Krakow

Krakow was the national capital of Poland in the 16th century, the residence of monarchs, the place of coronation and burial of Polish kings.

What I saw in Krakow!

▲▲▲ Main Market Square Stunning heart of Kraków and a people magnet any time of day.

▲▲ St. Mary’s Church Landmark church with extraordinary wood-carved Gothic altarpiece.

▲▲ Cloth Hall Fourteenth-century market hall with 21st-century souvenirs.

▲▲ St. Francis’ Basilica Lovely Gothic church with some of Poland’s best Art Nouveau.

▲▲ Wawel Cathedral Poland’s splendid national church, with tons of tombs, a crypt, and a climbable tower.

▲▲ Wawel Castle Grounds Historic hilltop with views, castle, cathedral, courtyard with chakras, and a passel of museums.

What I missed:

▲▲▲ Schindler’s Factory Museum Historic building where Oskar Schindler saved more than 1,000 Jewish workers, now filled with engaging exhibit about Kraków’s WWII experience.

▲▲ Planty Once a moat, now a scenic park encircling the city.

▲▲ Gallery of 19th-Century Polish Art Worthwhile collection of paintings by should-be-famous artists, upstairs in the Cloth Hall.

▲▲ Wyspiański Museum Art by the talented leader of the Młoda Polska (Polish Art Nouveau) movement.

▲▲ Old Jewish Cemetery Poignant burial site in Kazimierz, with graves from 1552 to 1800.

▲▲ Rynek Underground Museum Super-modern exhibit on medieval Kraków filling excavated cellars beneath the Main Market Square.

▲ Czartoryski Museum Varied collection, with European paintings and Polish armor, handicrafts, and decorative arts.

▲ Jagiellonian University Museum: Collegium Maius Proud collection of historic university, surrounding a tranquil courtyard where medieval professors lived.

▲ New Jewish Cemetery Graveyard with tombs from after 1800, partly restored after Nazi desecration.

▲ Ethnographic Museum Traditional rural Polish life on display.

▲ Pharmacy Under the Eagle Small Podgórze exhibit about the Holocaust in Kraków, including three evocative historic films.
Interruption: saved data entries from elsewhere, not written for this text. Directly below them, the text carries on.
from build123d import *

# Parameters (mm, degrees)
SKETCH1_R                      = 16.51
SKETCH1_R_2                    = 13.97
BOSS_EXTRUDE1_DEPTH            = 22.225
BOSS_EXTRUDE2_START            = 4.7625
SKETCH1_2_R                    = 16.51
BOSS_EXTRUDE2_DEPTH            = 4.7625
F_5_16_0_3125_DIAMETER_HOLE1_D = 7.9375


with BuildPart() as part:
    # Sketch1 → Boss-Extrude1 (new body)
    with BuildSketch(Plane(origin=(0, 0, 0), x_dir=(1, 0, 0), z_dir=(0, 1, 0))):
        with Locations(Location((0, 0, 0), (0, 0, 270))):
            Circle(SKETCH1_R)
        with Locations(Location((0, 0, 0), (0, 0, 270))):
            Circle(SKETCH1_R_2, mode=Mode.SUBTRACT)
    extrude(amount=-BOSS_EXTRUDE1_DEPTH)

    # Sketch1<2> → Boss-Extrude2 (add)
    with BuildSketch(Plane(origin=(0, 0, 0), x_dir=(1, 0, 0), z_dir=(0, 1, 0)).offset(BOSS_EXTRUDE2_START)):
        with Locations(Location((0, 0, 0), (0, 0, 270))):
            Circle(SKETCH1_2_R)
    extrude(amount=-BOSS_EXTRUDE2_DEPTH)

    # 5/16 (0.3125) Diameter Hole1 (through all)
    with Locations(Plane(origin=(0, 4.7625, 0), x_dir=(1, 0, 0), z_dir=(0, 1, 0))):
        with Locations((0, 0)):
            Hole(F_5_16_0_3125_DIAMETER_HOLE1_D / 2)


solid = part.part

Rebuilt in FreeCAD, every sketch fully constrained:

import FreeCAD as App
import Part
import Sketcher
Q = App.Units.Quantity

doc = App.newDocument("Part")
body = doc.addObject("PartDesign::Body", "Body")

# Sketch on XZ plane
sketch1 = body.newObject("Sketcher::SketchObject", "Sketch")
sketch1.AttachmentSupport = (doc.getObject("XZ_Plane"), [""])
sketch1.MapMode = "FlatFace"
sketch1.addGeometry([
    Part.Circle(App.Vector(0, 0, 0), App.Vector(0, 0, 1), 17),
    Part.Circle(App.Vector(0, 0, 0), App.Vector(0, 0, 1), 14),
], False)
sketch1.addConstraint([
    Sketcher.Constraint("Coincident", 0, 3, -1, 1),
    Sketcher.Constraint("Coincident", 1, 3, -1, 1),
    Sketcher.Constraint("Diameter", 0, Q("1.3 in")),
    Sketcher.Constraint("Diameter", 1, Q("1.1 in")),
])
pad1 = body.newObject("PartDesign::Pad", "Pad")
pad1.Profile = sketch1
pad1.Length = Q("0.875 in")

# Sketch on XZ plane
sketch2 = body.newObject("Sketcher::SketchObject", "Sketch001")
sketch2.AttachmentSupport = (doc.getObject("XZ_Plane"), [""])
sketch2.MapMode = "FlatFace"
sketch2.AttachmentOffset = App.Placement(App.Vector(0, 0, -0.1875 * 25.4), App.Rotation())
sketch2.addGeometry(Part.Circle(App.Vector(0, 0, 0), App.Vector(0, 0, 1), 17), False)
sketch2.addConstraint([
    Sketcher.Constraint("Coincident", 0, 3, -1, 1),
    Sketcher.Constraint("Diameter", 0, Q("1.3 in")),
])
pad2 = body.newObject("PartDesign::Pad", "Pad001")
pad2.Profile = sketch2
pad2.Length = Q("0.1875 in")

# Sketch on XZ plane
sketch3 = body.newObject("Sketcher::SketchObject", "Sketch002")
sketch3.AttachmentSupport = (doc.getObject("XZ_Plane"), [""])
sketch3.MapMode = "FlatFace"
sketch3.AttachmentOffset = App.Placement(App.Vector(0, 0, -0.1875 * 25.4), App.Rotation())
sketch3.addGeometry(Part.Circle(App.Vector(0, 0, 0), App.Vector(0, 0, 1), 4), False)
sketch3.addConstraint([
    Sketcher.Constraint("Coincident", 0, 3, -1, 1),
    Sketcher.Constraint("Diameter", 0, Q("0.3125 in")),
])
doc.recompute()
hole = body.newObject("PartDesign::Hole", "Hole")
hole.Profile = sketch3
hole.ThreadType = "None"
hole.Diameter = Q("0.3125 in")
hole.DepthType = "ThroughAll"
hole.Reversed = True

doc.recompute()
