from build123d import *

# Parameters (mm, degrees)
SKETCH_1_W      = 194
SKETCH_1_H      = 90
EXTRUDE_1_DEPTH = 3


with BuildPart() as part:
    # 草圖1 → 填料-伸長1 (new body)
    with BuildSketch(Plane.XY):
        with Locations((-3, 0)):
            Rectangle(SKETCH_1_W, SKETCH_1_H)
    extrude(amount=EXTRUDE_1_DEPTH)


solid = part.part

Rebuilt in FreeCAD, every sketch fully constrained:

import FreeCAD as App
import Part
import Sketcher
from FreeCAD import Vector
Q = App.Units.Quantity

doc = App.newDocument("Part")
body = doc.addObject("PartDesign::Body", "Body")

# Sketch on XY plane
sketch1 = doc.addObject("Sketcher::SketchObject", "Sketch")
body.addObject(sketch1)
sketch1.AttachmentSupport = (doc.XY_Plane, [""])
sketch1.MapMode = "FlatFace"
sketch1.addGeometry([
    Part.LineSegment(Vector(-100, 45, 0), Vector(-100, -45, 0)),
    Part.LineSegment(Vector(-100, -45, 0), Vector(94, -45, 0)),
    Part.LineSegment(Vector(94, -45, 0), Vector(94, 45, 0)),
    Part.LineSegment(Vector(94, 45, 0), Vector(-100, 45, 0)),
], False)
sketch1.addConstraint([
    Sketcher.Constraint("Coincident", 0, 2, 1, 1),
    Sketcher.Constraint("Coincident", 1, 2, 2, 1),
    Sketcher.Constraint("Coincident", 2, 2, 3, 1),
    Sketcher.Constraint("Coincident", 3, 2, 0, 1),
    Sketcher.Constraint("Vertical", 0),
    Sketcher.Constraint("Horizontal", 1),
    Sketcher.Constraint("Vertical", 2),
    Sketcher.Constraint("Horizontal", 3),
    Sketcher.Constraint("DistanceX", 1, 1, 1, 2, Q("194 mm")),
    Sketcher.Constraint("DistanceY", 0, 2, 0, 1, Q("90 mm")),
    Sketcher.Constraint("DistanceX", 0, 2, -1, 1, Q("100 mm")),
    Sketcher.Constraint("DistanceY", 0, 2, -1, 1, Q("45 mm")),
])
pad1 = doc.addObject("PartDesign::Pad", "Pad")
body.addObject(pad1)
pad1.Profile = sketch1
pad1.Length = 3

doc.recompute()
▲ Museum of Contemporary Art in Kraków Today’s thought-provoking art, displayed in renovated old warehouses behind Schindler’s Factory Museum.

Auschwitz

Auschwitz-Birkenau (1941 – 1945) was the largest of Nazi Germany’s concentration camps. Located in German-occupied southern Poland, it took its name from the nearby town of Oświęcim, situated within the range of about 60 kilometers from Kraków, and 280 kilometers from Warsaw. The complex consisted of three main camps: Auschwitz I – the administrative centre, Auschwitz II (Birkenau) – an extermination camp, and Auschwitz III (Monowitz) – a work camp. In 1990, the figure of the people killed in the camp was placed at 1.1 million. About 90 percent of them were Jews from almost every European country. Most of the dead were killed in gas chambers using Zyklon B; other deaths were caused by systematic starvation, forced labor, lack of disease control, individual executions, and the so-called medical experiments. At the end of the war, the SS made great efforts to destroy what remained of the camp, burn the archives, and murder all the people they referred to as the „Bearers of Secrets”. Auschwitz-Birkenau Tour gives you an opportunity to learn about holocaust and see one of the most terrifying but also touching places in the World.